Was the leaf shaking, or was it her hand? She shouldn’t get angry like this. Yet even as her temper faded, the words on the leaf faded, too.
“Isleaf, stop. What are you doing? Leave the poem there!”
But the poem had gone. Sickness entered her stomach, and a bitter juice of fear crept into her throat. Trees never, ever, took their words back.
Drops of rain gusted against her cloak, and fallen leaves swirled into the air. She stumbled up the track, and then turned to look at Isleaf who was waving his branches against the fresh sea wind, his leaves quivering, sucking her words—and his—into his heartwood and down, down, even to the very roots of the world.
***
Silva crept along the path that would lead her out of Skeps Wood to Papery Bridge. From there she’d cross the market square and make her way through the straggling streets to Winifred’s house.

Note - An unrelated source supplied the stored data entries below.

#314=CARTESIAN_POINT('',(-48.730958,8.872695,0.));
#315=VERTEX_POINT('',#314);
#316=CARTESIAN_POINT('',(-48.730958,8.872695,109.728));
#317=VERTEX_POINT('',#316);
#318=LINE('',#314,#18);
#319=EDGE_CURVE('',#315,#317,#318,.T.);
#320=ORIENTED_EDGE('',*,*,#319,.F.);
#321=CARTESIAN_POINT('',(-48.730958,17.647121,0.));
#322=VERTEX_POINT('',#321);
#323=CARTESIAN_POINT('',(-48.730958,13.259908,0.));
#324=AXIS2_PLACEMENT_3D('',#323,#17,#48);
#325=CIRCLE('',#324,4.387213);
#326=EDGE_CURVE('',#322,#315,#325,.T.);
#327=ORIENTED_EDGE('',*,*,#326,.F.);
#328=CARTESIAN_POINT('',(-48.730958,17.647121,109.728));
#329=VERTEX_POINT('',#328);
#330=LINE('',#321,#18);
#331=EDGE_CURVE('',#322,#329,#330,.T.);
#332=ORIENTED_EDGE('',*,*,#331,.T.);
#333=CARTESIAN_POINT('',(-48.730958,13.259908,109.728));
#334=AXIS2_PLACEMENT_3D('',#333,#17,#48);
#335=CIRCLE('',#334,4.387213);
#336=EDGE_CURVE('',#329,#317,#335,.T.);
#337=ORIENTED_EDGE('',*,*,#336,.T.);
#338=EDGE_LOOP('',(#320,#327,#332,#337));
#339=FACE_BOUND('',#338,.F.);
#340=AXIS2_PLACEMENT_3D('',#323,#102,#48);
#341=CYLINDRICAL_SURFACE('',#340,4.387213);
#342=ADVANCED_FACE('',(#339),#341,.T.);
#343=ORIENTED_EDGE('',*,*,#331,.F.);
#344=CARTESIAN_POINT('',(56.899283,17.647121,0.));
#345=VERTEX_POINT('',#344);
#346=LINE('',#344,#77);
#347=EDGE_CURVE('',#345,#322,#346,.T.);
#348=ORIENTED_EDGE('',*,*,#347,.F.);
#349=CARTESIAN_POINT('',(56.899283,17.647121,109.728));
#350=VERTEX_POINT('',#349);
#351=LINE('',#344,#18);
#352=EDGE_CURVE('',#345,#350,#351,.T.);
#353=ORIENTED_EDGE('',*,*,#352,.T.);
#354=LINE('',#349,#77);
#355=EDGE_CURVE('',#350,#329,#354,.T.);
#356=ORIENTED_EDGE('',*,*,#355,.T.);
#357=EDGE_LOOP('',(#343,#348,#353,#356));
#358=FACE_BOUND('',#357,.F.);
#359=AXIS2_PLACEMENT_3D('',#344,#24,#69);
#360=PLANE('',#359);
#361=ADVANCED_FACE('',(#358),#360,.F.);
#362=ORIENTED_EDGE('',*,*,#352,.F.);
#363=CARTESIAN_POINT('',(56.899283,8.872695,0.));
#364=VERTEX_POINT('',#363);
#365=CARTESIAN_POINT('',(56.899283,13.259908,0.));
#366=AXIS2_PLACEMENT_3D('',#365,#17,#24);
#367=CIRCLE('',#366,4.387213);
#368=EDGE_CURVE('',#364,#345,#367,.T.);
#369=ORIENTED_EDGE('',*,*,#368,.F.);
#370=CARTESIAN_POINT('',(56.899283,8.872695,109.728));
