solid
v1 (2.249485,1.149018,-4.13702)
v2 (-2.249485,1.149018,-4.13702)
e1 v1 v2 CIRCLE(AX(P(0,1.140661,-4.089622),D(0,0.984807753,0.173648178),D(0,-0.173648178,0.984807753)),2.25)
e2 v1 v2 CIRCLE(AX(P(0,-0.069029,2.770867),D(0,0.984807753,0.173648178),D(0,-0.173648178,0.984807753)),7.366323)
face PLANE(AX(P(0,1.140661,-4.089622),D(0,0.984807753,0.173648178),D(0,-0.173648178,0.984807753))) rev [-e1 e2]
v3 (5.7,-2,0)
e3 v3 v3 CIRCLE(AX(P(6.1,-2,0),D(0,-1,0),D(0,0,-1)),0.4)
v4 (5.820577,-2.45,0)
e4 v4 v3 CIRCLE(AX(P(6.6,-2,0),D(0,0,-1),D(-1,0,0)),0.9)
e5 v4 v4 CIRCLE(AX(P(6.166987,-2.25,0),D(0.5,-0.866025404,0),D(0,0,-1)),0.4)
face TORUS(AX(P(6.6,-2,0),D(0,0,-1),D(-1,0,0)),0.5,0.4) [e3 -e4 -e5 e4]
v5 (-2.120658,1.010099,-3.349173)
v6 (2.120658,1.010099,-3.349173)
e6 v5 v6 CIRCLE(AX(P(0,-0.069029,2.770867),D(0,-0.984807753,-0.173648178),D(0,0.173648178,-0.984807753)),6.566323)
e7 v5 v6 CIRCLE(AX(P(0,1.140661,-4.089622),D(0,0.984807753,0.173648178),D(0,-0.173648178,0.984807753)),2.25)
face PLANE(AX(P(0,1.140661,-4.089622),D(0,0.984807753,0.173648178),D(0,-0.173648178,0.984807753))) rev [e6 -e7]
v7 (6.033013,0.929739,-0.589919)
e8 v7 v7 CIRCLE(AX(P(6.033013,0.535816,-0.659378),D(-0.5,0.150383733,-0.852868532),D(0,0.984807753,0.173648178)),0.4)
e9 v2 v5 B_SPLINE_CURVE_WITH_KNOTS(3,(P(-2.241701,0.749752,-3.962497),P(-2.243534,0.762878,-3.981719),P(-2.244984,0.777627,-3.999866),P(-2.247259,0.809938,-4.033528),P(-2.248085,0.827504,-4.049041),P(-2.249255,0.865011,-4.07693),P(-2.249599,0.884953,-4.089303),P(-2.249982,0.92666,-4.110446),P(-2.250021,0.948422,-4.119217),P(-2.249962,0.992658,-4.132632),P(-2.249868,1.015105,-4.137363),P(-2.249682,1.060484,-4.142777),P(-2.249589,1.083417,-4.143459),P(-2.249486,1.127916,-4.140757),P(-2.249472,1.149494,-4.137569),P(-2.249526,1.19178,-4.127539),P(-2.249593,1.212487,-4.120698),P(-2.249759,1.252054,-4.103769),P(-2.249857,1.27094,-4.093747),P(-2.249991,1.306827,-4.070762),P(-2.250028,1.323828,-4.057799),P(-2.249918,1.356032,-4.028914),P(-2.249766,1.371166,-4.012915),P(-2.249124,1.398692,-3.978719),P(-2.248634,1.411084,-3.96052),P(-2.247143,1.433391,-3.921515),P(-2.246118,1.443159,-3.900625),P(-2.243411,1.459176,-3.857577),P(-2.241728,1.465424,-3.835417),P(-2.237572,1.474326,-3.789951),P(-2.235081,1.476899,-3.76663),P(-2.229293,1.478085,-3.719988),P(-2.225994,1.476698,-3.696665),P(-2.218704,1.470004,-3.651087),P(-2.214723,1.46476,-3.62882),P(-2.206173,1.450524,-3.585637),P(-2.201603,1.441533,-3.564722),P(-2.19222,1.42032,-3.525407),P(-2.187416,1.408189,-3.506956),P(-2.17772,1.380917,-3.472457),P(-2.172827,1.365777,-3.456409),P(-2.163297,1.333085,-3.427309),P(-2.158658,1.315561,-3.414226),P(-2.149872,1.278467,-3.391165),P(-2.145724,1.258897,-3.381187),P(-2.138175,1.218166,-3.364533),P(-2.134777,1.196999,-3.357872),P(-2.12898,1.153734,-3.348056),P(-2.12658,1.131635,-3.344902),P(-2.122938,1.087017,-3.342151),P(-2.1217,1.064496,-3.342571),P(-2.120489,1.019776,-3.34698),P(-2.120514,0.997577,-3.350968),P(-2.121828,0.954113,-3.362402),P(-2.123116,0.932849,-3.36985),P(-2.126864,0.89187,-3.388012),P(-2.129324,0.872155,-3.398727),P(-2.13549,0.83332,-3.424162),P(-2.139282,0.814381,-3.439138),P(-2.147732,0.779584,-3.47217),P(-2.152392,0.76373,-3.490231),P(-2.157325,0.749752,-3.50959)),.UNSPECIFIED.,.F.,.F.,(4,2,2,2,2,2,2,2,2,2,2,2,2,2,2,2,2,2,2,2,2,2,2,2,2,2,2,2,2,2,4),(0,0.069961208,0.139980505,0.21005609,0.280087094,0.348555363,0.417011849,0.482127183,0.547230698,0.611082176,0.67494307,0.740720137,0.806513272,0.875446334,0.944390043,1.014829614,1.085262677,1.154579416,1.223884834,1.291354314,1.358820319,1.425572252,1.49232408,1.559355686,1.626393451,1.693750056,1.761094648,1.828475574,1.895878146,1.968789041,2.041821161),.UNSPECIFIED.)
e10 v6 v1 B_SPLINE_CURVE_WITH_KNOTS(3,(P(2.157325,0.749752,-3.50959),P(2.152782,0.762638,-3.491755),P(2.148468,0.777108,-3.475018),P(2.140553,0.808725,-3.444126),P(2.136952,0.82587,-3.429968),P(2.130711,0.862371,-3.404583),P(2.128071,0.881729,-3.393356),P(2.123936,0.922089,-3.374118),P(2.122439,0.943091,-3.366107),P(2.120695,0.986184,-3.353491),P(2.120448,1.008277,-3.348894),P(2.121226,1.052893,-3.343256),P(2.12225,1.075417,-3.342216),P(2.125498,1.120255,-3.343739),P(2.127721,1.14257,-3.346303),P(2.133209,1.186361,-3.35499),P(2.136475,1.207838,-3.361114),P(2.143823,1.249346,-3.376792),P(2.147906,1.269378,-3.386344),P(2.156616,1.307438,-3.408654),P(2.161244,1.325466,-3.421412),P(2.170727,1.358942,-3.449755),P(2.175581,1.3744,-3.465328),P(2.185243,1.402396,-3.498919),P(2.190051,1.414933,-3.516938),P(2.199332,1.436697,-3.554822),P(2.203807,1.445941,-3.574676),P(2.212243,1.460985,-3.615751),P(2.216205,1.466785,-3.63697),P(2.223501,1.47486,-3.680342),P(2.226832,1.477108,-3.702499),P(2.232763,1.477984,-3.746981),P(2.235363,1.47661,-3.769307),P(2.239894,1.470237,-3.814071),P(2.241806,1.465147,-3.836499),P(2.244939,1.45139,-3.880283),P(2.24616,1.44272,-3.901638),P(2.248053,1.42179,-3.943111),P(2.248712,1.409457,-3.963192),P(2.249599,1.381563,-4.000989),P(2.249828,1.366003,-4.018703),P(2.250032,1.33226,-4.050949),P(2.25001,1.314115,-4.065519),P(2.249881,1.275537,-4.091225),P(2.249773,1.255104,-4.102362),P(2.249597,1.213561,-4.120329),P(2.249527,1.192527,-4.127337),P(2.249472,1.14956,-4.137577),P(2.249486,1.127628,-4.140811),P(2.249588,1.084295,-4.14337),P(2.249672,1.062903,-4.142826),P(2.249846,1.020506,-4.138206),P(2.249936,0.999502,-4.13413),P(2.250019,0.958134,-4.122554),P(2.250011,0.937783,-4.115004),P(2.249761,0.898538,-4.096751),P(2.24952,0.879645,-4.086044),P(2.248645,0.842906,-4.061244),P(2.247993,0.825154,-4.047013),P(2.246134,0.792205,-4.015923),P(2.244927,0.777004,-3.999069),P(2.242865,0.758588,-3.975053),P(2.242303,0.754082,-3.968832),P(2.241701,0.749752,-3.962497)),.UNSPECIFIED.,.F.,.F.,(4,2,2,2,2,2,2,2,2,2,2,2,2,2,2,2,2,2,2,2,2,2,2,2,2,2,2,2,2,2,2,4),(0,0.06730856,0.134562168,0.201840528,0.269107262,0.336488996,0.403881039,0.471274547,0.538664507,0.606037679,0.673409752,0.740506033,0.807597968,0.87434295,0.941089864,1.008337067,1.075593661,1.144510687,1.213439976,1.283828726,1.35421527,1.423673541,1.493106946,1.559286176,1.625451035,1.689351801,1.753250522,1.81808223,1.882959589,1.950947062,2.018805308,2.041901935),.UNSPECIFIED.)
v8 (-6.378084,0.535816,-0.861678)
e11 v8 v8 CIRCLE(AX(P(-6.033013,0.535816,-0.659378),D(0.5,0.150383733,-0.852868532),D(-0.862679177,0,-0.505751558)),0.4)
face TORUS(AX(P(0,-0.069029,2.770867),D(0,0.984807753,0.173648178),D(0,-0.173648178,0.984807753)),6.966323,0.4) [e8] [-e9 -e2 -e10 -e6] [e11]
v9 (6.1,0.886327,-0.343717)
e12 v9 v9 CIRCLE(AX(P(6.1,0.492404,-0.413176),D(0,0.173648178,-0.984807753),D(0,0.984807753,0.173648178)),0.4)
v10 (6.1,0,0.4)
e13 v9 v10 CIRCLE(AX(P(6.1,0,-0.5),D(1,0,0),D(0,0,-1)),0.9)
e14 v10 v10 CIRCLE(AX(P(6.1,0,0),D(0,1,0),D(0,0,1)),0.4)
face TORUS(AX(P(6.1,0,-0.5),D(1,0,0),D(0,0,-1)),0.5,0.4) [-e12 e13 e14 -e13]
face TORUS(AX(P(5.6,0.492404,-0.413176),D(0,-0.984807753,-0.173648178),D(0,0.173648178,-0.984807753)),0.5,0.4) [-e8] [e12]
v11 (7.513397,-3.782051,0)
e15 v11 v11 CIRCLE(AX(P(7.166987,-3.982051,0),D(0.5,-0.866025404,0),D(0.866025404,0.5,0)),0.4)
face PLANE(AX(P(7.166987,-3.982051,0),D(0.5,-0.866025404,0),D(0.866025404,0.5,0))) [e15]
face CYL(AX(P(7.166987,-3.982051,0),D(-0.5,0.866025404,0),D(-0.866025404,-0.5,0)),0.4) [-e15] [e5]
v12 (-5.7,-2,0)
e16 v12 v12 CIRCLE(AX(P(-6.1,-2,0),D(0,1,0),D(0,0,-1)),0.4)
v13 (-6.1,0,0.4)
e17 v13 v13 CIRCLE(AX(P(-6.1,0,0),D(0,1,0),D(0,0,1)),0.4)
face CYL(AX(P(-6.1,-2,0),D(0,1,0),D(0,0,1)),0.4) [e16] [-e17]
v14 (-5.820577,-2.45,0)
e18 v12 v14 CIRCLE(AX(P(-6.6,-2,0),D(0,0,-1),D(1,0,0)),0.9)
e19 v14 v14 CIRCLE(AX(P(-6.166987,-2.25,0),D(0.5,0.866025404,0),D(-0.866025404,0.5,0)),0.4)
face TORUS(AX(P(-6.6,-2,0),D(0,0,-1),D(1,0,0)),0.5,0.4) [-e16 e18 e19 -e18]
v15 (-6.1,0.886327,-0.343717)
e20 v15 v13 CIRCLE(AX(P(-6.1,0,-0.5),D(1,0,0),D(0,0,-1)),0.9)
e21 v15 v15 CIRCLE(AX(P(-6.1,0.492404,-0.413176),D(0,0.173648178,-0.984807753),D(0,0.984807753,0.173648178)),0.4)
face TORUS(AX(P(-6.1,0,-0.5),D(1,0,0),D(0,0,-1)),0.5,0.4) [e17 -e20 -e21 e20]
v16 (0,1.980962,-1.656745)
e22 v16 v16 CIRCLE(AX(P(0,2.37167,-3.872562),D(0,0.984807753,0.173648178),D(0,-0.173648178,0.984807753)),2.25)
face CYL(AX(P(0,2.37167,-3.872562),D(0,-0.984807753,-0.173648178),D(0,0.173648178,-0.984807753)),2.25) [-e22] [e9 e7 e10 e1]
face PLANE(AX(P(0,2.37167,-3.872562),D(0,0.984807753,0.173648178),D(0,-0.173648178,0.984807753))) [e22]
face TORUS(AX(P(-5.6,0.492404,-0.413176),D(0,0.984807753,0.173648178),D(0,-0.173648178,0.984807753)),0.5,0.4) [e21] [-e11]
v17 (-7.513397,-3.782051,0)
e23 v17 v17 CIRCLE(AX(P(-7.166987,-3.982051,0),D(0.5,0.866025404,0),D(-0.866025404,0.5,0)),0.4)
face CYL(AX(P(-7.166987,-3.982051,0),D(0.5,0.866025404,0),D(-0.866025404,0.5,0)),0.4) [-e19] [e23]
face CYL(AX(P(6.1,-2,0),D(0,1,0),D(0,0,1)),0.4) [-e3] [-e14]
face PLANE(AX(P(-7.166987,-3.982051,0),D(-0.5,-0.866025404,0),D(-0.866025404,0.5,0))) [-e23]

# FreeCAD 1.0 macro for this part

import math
import FreeCAD as App
import Part
import Sketcher

doc = App.newDocument("Part")
body = doc.addObject("PartDesign::Body", "Body")

# Sketch on XZ plane
sketch1 = doc.addObject("Sketcher::SketchObject", "Sketch")
body.addObject(sketch1)
sketch1.AttachmentSupport = (doc.XZ_Plane, [""])
sketch1.MapMode = "FlatFace"
sketch1.addGeometry(Part.Circle(App.Vector(-6.1, 0, 0), App.Vector(0, 0, 1), 0.4), False)
sketch1.addConstraint([
    Sketcher.Constraint("PointOnObject", 0, 3, -1),
    Sketcher.Constraint("Diameter", 0, 0.8),
    Sketcher.Constraint("DistanceX", 0, 3, -1, 1, 6.1),
])
pad1 = doc.addObject("PartDesign::Pad", "Pad")
body.addObject(pad1)
pad1.Profile = sketch1
pad1.Length = 2
body2 = doc.addObject("PartDesign::Body", "Body001")

# Sketch on XZ plane
sketch2 = doc.addObject("Sketcher::SketchObject", "Sketch001")
body2.addObject(sketch2)
sketch2.AttachmentSupport = (doc.getObject("XZ_Plane001"), [""])
sketch2.MapMode = "FlatFace"
sketch2.addGeometry(Part.Circle(App.Vector(6.1, 0, 0), App.Vector(0, 0, 1), 0.4), False)
sketch2.addConstraint([
    Sketcher.Constraint("PointOnObject", 0, 3, -1),
    Sketcher.Constraint("Diameter", 0, 0.8),
    Sketcher.Constraint("DistanceX", -1, 1, 0, 3, 6.1),
])
pad2 = doc.addObject("PartDesign::Pad", "Pad001")
body2.addObject(pad2)
pad2.Profile = sketch2
pad2.Length = 2
body.AllowCompound = True
doc.recompute()

boolean = doc.addObject("PartDesign::Boolean", "Boolean")
body.addObject(boolean)
boolean.Type = "Fuse"
boolean.addObjects([body2])

# Sketch on XZ plane
sketch3 = doc.addObject("Sketcher::SketchObject", "Sketch002")
body.addObject(sketch3)
sketch3.AttachmentSupport = (doc.XZ_Plane, [""])
sketch3.MapMode = "FlatFace"
sketch3.addGeometry([
    Part.Circle(App.Vector(6.1, 0, 0), App.Vector(0, 0, 1), 0.4),
    Part.Circle(App.Vector(-6.1, 0, 0), App.Vector(0, 0, 1), 0.4),
], False)
sketch3.addGeometry(Part.LineSegment(App.Vector(6.1, -0.5, 0), App.Vector(-6.1, -0.5, 0)), True)  # axis
sketch3.addConstraint([
    Sketcher.Constraint("Horizontal", 2),
    Sketcher.Constraint("Equal", 0, 1),
    Sketcher.Constraint("Symmetric", 0, 3, 1, 3, -1, 1),
    Sketcher.Constraint("PointOnObject", 0, 3, -1),
    Sketcher.Constraint("Vertical", 0, 3, 2, 1),
    Sketcher.Constraint("Vertical", 1, 3, 2, 2),
    Sketcher.Constraint("Diameter", 0, 0.8),
    Sketcher.Constraint("DistanceX", 2, 2, 2, 1, 12.2),
    Sketcher.Constraint("DistanceY", 2, 1, -1, 1, 0.5),
])
revolution = doc.addObject("PartDesign::Revolution", "Revolution")
body.addObject(revolution)
revolution.Profile = sketch3
revolution.ReferenceAxis = (sketch3, ["Axis0"])
revolution.Angle = 80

The wood was wild; the tree crowns above bent and billowed in the wet wind, and all around was a dense, moving darkness. She never came into the wood after nightfall, and no wonder. Barberry thorn, slippery sedge, protruding roots, hidden rocks and holes, and thin branches that would have your eye out if you weren’t careful. Her nostrils caught a wisp of the reek that Isleaf had mentioned. He was right; it smelled foul. So she climbed up a short slope to where the path broke into two and peered about.
There it was, a hollow of faintly flashing light, not ahead on the path to the bridge, no, but below to her left, through trees and undergrowth, just a quick slither down the wet bank, over some dead tree trunks and onto ground lit with streaks of cold blue fire. A tree stump crouched at the back of the hollow, four or five unnaturally straight branches sticking up around it out of the blue earth, as if someone had marked the stump for a reason.